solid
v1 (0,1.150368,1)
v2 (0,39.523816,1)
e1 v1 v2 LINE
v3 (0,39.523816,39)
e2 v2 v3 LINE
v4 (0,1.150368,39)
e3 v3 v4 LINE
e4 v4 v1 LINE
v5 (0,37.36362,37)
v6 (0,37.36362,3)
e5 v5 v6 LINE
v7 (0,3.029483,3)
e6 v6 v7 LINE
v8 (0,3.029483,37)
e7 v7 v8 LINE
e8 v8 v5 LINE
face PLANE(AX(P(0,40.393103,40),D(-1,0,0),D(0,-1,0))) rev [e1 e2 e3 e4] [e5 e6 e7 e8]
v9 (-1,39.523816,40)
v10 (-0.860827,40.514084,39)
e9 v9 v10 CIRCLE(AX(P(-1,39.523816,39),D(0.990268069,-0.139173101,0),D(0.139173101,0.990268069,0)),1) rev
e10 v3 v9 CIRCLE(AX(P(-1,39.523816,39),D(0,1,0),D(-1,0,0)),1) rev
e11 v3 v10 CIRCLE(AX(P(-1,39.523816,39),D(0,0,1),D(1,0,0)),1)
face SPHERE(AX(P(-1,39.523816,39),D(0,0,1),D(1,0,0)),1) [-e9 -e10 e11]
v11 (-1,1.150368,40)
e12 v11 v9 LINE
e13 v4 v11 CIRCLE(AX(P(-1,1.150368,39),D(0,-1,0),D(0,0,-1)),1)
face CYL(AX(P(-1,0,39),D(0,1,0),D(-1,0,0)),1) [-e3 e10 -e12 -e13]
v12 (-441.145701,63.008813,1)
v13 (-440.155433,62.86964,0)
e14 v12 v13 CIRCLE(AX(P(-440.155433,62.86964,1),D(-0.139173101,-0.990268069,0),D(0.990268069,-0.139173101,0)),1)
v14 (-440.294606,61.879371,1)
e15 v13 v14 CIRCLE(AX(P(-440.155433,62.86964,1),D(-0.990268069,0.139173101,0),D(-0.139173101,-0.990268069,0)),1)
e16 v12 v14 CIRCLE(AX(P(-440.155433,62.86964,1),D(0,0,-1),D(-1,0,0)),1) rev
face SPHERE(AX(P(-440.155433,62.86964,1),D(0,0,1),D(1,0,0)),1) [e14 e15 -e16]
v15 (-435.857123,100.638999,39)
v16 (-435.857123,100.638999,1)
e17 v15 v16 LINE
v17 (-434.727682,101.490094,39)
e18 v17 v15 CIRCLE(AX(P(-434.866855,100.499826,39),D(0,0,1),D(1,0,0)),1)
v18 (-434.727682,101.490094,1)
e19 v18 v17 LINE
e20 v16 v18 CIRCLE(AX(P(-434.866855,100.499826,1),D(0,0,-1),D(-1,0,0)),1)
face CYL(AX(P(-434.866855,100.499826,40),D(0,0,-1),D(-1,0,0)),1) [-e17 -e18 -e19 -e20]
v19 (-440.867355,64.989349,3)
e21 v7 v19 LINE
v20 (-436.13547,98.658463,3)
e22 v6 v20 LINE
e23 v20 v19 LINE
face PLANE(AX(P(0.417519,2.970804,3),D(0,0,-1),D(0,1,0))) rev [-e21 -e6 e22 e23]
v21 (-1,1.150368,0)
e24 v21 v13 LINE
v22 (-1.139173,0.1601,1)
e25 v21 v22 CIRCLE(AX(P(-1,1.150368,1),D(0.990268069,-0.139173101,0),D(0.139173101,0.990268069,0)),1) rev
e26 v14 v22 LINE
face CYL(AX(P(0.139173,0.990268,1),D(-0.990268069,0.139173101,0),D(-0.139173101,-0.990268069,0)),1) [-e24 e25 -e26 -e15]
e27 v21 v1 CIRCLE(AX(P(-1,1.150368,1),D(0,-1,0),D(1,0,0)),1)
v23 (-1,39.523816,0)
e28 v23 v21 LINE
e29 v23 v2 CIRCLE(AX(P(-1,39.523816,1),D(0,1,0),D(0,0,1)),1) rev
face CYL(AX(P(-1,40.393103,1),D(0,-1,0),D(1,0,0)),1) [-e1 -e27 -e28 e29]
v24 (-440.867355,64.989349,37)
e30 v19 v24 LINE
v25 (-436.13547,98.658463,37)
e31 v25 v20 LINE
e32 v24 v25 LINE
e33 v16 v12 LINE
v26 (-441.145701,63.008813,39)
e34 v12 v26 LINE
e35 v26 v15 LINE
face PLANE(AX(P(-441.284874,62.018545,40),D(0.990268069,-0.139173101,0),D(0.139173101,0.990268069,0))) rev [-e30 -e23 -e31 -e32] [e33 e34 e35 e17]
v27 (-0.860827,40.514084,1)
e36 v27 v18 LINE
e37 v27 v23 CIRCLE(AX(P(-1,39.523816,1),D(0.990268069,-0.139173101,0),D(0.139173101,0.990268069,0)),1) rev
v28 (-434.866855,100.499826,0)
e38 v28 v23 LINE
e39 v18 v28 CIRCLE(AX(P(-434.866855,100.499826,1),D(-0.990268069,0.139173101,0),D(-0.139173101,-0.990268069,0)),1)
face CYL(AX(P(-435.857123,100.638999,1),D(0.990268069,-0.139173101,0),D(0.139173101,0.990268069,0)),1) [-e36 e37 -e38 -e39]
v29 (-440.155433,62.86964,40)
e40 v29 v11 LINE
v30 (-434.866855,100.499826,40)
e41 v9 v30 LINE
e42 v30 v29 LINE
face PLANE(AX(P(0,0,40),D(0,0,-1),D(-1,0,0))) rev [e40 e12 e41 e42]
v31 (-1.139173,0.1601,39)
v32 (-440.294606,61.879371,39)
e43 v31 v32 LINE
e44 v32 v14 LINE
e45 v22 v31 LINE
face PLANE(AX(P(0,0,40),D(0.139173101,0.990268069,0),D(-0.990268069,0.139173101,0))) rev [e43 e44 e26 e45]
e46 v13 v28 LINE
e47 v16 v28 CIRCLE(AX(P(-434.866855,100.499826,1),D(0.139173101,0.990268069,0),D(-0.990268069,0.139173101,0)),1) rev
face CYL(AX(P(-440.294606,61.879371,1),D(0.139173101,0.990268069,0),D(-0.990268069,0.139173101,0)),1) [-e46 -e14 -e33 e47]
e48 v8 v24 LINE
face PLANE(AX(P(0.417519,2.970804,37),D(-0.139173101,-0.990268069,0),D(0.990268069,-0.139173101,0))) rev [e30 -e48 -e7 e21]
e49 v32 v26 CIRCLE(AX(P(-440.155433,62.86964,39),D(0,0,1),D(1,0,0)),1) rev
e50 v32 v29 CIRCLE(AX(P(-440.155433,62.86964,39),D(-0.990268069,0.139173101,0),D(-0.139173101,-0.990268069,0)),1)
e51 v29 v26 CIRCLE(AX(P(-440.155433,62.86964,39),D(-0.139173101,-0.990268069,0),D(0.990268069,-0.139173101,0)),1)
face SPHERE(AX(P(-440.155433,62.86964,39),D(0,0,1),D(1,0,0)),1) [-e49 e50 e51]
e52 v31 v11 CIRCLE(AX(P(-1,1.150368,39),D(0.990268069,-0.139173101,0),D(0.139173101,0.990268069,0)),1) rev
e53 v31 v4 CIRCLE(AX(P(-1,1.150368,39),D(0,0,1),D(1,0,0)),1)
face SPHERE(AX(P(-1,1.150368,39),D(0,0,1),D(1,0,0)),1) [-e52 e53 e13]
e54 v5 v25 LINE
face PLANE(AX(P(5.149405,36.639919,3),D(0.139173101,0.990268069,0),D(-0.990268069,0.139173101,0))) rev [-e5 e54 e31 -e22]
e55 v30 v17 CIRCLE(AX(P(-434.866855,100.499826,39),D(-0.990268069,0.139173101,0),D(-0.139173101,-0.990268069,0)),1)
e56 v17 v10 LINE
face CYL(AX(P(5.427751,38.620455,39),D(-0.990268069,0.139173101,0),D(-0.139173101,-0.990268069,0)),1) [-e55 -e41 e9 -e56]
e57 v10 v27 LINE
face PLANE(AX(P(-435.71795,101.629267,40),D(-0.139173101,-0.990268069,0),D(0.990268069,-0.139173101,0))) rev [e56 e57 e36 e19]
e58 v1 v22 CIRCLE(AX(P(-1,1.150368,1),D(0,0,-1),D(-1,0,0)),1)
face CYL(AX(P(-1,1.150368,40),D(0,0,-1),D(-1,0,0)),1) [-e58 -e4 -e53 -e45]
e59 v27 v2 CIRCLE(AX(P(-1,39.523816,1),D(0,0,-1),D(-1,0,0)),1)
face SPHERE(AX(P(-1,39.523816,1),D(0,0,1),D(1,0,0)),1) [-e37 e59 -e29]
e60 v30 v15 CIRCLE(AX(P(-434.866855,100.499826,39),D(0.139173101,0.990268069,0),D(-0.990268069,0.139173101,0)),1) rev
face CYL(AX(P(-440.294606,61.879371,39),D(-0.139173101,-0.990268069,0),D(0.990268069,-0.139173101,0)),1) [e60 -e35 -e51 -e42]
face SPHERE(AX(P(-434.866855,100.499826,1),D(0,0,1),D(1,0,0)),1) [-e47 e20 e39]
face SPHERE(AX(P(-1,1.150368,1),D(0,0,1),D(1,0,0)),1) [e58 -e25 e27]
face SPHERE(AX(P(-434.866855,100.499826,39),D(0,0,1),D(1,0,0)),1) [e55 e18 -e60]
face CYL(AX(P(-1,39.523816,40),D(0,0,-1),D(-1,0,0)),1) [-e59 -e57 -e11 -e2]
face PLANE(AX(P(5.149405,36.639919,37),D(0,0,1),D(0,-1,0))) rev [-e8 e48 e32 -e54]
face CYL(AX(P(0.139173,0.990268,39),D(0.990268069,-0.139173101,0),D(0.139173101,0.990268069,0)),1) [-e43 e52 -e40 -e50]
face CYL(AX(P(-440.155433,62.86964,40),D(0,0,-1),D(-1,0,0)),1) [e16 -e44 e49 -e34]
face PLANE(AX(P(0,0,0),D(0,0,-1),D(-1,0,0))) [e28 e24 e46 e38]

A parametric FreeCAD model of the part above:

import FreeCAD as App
import Part
import Sketcher
from FreeCAD import Vector
Q = App.Units.Quantity


def edges_at(feature, points):
    """Names of the edges that pass closest to the given points."""
    edges = feature.Shape.Edges
    near = lambda p: min(range(len(edges)), key=lambda i: edges[i].distToShape(Part.Vertex(*p))[0])
    return sorted({f"Edge{near(p) + 1}" for p in points})


def add_polygon(sketch, points):
    """Adds a closed chain of lines whose ends are joined by coincident constraints."""
    first, n = sketch.GeometryCount, len(points)
    for a, b in zip(points, points[1:] + points[:1]):
        sketch.addGeometry(Part.LineSegment(App.Vector(*a, 0), App.Vector(*b, 0)), False)
    for i in range(n):
        sketch.addConstraint(Sketcher.Constraint("Coincident", first + i, 2, first + (i + 1) % n, 1))

doc = App.newDocument("Part")
params = doc.addObject("Spreadsheet::Sheet", "Params")
for row, (alias, value) in enumerate([
    ("sketch1_length", "440 mm"),
    ("sketch1_length2", "40 mm"),
    ("pad1_length", "40 mm"),
    ("sketch2_width", "34 mm"),
    ("fillet_radius", "1 mm"),
], start=1):
    params.set(f"A{row}", alias)
    params.set(f"B{row}", "=" + value)
    params.setAlias(f"B{row}", alias)

body = doc.addObject("PartDesign::Body", "Body")

# Sketch on XY plane
sketch1 = body.newObject("Sketcher::SketchObject", "Sketch")
sketch1.AttachmentSupport = (doc.getObject("XY_Plane"), [""])
sketch1.MapMode = "FlatFace"
add_polygon(sketch1, [(-441.284874, 62.018545), (0, 0), (0, 40.393103), (-435.71795, 101.629267)])  # lines 0-3
sketch1.addConstraint([
    Sketcher.Constraint("Vertical", 1),
    Sketcher.Constraint("Coincident", 0, 2, -1, 1),
    Sketcher.Constraint("Parallel", 0, 2),
    Sketcher.Constraint("Perpendicular", 2, 3),
    Sketcher.Constraint("Angle", 0, Q("-8 deg")),
    Sketcher.Constraint("Distance", 2, Q("440 mm")),
    Sketcher.Constraint("Distance", 3, Q("40 mm")),
])
sketch1.setExpression("Constraints[9]", "Params.sketch1_length")
sketch1.setExpression("Constraints[10]", "Params.sketch1_length2")
pad1 = body.newObject("PartDesign::Pad", "Pad")
pad1.Profile = sketch1
pad1.setExpression("Length", "Params.pad1_length")

# Sketch on an angled plane
sketch2 = body.newObject("Sketcher::SketchObject", "Sketch001")
sketch2.Placement = App.Placement(Vector(-441.284874, 62.018545, 0), App.Rotation(Vector(0, 0, 1), Vector(0.139173101, 0.990268069, 0), Vector(-0.990268069, 0.139173101, 0), "ZXY"))
add_polygon(sketch2, [(3, 37), (3, 3), (37, 3), (37, 37)])  # lines 0-3
sketch2.addConstraint([
    Sketcher.Constraint("Vertical", 0),
    Sketcher.Constraint("Horizontal", 1),
    Sketcher.Constraint("Vertical", 2),
    Sketcher.Constraint("Horizontal", 3),
    Sketcher.Constraint("Equal", 3, 0),
    Sketcher.Constraint("DistanceX", 1, 1, 1, 2, Q("34 mm")),
    Sketcher.Constraint("DistanceX", -1, 1, 0, 2, Q("3 mm")),
    Sketcher.Constraint("DistanceY", -1, 1, 0, 2, Q("3 mm")),
])
sketch2.setExpression("Constraints[9]", "Params.sketch2_width")
pocket1 = body.newObject("PartDesign::Pocket", "Pocket")
pocket1.Profile = sketch2
pocket1.Type = "ThroughAll"
doc.recompute()

fillet = body.newObject("PartDesign::Fillet", "Fillet")
fillet.Base = (pocket1, edges_at(pocket1, [
    (-438.501, 81.824, 40),
    (-220.642, 31.009, 40),
    (0, 20.197, 40),
    (-220.642, 31.009, 0),
    (-438.501, 81.824, 0),
    (-217.859, 71.011, 0),
    (0, 20.197, 0),
    (-217.859, 71.011, 40),
    (0, 0, 20),
    (-441.285, 62.019, 20),
    (-435.718, 101.629, 20),
    (0, 40.393, 20),
]))
fillet.setExpression("Radius", "Params.fillet_radius")

doc.recompute()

------------------------------------------------

Exercise aim =
Using the entries above, give again exactly the lines from the line holding "e36 v27 v18 LINE" through the line holding "e39 v18 v28". Include both end lines and nothing else.

Response area =
e36 v27 v18 LINE
e37 v27 v23 CIRCLE(AX(P(-1,39.523816,1),D(0.990268069,-0.139173101,0),D(0.139173101,0.990268069,0)),1) rev
v28 (-434.866855,100.499826,0)
e38 v28 v23 LINE
e39 v18 v28 CIRCLE(AX(P(-434.866855,100.499826,1),D(-0.990268069,0.139173101,0),D(-0.139173101,-0.990268069,0)),1)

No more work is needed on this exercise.